Start of Materials provided
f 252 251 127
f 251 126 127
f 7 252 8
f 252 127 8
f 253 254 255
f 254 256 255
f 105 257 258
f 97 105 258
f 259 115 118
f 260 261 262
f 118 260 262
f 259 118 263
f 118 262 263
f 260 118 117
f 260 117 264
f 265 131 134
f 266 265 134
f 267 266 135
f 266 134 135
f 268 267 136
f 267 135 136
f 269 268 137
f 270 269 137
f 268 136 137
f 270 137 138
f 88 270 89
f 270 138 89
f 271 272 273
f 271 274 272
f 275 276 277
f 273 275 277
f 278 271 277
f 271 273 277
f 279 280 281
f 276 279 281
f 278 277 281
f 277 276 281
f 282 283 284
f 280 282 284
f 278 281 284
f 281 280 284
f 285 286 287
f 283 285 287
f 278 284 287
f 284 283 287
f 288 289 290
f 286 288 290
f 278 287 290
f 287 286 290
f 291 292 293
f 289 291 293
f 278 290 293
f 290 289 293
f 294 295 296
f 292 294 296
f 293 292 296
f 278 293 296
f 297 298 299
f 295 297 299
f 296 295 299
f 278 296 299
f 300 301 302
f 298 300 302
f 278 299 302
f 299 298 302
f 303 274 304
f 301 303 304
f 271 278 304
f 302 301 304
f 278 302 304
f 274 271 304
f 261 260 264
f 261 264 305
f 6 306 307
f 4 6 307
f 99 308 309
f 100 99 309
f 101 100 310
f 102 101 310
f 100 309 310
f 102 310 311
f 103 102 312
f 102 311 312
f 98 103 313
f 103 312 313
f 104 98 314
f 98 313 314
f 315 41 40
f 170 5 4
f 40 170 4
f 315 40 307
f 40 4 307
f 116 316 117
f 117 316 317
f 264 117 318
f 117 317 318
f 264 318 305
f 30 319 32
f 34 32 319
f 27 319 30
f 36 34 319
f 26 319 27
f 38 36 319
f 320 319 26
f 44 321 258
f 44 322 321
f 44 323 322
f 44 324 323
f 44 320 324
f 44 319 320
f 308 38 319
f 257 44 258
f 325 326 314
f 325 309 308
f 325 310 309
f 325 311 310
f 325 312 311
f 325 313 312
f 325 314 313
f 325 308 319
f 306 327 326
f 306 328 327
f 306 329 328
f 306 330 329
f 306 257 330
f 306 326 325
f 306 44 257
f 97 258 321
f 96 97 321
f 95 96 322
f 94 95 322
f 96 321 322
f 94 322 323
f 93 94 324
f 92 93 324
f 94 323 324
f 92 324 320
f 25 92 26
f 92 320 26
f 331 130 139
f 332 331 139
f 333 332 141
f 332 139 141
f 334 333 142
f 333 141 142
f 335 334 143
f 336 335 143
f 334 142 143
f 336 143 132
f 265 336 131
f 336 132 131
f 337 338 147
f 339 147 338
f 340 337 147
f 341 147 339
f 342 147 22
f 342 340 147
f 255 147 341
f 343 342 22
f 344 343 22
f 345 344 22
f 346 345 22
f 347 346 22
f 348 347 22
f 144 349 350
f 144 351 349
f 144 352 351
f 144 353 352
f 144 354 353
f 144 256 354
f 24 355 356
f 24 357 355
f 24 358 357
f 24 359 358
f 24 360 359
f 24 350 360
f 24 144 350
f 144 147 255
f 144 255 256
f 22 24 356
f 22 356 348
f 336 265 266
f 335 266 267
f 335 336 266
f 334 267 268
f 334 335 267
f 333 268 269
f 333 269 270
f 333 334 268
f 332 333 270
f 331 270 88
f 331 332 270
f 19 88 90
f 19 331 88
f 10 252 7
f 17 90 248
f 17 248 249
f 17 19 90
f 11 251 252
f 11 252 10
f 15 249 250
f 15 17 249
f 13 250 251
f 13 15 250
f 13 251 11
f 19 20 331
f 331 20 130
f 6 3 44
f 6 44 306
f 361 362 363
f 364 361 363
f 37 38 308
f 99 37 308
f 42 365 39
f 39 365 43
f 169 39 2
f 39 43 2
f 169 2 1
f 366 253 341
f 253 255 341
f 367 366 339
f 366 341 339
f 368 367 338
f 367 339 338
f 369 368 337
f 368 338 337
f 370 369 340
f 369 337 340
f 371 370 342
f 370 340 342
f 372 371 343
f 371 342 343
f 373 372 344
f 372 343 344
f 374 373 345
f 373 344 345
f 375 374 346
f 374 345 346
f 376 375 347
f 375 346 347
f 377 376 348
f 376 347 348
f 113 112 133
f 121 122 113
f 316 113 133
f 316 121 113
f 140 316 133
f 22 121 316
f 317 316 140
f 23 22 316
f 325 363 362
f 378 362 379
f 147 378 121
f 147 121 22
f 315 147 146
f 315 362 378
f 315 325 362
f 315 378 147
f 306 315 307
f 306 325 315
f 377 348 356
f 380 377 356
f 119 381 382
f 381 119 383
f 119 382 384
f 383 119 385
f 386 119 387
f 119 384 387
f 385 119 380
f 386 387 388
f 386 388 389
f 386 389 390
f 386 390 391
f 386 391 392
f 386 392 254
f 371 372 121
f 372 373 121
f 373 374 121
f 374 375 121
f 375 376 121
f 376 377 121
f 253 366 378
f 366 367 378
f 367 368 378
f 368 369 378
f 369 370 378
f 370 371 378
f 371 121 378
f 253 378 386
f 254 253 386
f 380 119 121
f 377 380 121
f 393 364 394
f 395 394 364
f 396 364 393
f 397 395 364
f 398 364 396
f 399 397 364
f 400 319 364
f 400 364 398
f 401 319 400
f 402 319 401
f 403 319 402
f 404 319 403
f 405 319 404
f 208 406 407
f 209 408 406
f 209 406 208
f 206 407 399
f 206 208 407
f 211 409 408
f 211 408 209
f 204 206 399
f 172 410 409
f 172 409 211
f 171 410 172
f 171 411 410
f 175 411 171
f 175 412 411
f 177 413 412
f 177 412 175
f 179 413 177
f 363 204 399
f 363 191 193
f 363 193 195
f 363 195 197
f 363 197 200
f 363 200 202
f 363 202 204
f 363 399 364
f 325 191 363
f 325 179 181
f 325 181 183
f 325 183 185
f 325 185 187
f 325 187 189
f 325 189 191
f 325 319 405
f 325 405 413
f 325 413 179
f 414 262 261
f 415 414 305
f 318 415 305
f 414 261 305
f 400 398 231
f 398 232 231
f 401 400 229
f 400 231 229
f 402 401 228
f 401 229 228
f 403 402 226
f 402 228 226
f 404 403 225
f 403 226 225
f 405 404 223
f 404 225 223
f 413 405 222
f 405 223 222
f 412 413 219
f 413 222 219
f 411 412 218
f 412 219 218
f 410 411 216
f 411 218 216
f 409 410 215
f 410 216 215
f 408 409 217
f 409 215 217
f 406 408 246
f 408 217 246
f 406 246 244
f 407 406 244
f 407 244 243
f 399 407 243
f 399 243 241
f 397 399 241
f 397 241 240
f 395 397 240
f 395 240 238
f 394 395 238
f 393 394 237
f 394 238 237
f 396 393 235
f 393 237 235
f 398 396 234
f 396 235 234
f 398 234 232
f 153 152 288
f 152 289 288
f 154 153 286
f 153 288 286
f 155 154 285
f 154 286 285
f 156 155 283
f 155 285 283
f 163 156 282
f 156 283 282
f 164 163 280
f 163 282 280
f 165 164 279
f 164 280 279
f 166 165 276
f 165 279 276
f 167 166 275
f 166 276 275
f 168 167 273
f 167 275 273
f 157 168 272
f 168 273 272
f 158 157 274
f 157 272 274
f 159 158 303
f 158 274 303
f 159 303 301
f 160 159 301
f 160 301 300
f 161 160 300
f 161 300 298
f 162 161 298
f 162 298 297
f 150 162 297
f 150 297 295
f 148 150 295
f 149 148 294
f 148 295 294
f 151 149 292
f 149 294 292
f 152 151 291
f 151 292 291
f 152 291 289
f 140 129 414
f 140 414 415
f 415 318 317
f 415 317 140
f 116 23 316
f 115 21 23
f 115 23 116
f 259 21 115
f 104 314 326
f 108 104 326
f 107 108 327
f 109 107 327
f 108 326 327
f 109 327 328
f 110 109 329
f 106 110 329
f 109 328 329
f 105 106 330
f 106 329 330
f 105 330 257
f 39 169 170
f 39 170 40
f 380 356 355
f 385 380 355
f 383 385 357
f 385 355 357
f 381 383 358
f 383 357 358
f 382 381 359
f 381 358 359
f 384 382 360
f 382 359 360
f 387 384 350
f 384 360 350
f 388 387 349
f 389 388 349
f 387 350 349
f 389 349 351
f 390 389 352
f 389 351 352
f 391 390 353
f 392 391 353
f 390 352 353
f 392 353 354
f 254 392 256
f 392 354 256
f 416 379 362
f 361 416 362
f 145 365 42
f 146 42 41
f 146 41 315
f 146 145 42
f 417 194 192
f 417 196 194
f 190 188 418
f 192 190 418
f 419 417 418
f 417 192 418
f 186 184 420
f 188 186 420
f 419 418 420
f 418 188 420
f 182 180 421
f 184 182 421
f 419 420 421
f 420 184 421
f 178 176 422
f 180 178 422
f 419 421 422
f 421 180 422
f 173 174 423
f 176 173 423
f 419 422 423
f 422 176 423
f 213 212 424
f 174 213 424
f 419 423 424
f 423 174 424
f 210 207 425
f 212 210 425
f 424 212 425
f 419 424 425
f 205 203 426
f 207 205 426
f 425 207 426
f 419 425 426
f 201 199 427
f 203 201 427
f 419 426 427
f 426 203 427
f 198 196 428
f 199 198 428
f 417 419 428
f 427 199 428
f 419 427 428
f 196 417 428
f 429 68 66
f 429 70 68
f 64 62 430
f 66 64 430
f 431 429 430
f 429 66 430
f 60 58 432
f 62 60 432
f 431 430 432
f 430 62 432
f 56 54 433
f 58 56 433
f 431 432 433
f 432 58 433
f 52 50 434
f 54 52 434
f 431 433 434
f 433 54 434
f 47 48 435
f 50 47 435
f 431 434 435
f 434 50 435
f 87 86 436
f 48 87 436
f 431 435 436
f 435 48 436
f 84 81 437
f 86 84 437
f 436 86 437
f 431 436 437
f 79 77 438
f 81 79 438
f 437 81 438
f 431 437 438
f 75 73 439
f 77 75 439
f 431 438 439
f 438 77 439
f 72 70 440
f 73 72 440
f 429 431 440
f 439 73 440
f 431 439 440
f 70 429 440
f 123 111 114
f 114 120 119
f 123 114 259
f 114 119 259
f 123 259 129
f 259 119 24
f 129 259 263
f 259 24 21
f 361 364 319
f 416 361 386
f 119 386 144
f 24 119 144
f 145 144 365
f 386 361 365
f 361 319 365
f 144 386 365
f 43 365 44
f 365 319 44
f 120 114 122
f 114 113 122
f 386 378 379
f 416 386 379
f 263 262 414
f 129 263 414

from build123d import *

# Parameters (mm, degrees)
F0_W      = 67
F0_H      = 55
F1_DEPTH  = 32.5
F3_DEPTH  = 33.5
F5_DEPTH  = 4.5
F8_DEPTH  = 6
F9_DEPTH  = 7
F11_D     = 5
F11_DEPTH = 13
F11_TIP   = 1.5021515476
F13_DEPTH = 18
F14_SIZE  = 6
End of Materials provided
**Task details**
All lines in the data above from the one with "f 363 202 204" through the one with "f 405 404 223" must be repeated exactly, and no others.

**Answer for this exercise**
f 363 202 204
f 363 399 364
f 325 191 363
f 325 179 181
f 325 181 183
f 325 183 185
f 325 185 187
f 325 187 189
f 325 189 191
f 325 319 405
f 325 405 413
f 325 413 179
f 414 262 261
f 415 414 305
f 318 415 305
f 414 261 305
f 400 398 231
f 398 232 231
f 401 400 229
f 400 231 229
f 402 401 228
f 401 229 228
f 403 402 226
f 402 228 226
f 404 403 225
f 403 226 225
f 405 404 223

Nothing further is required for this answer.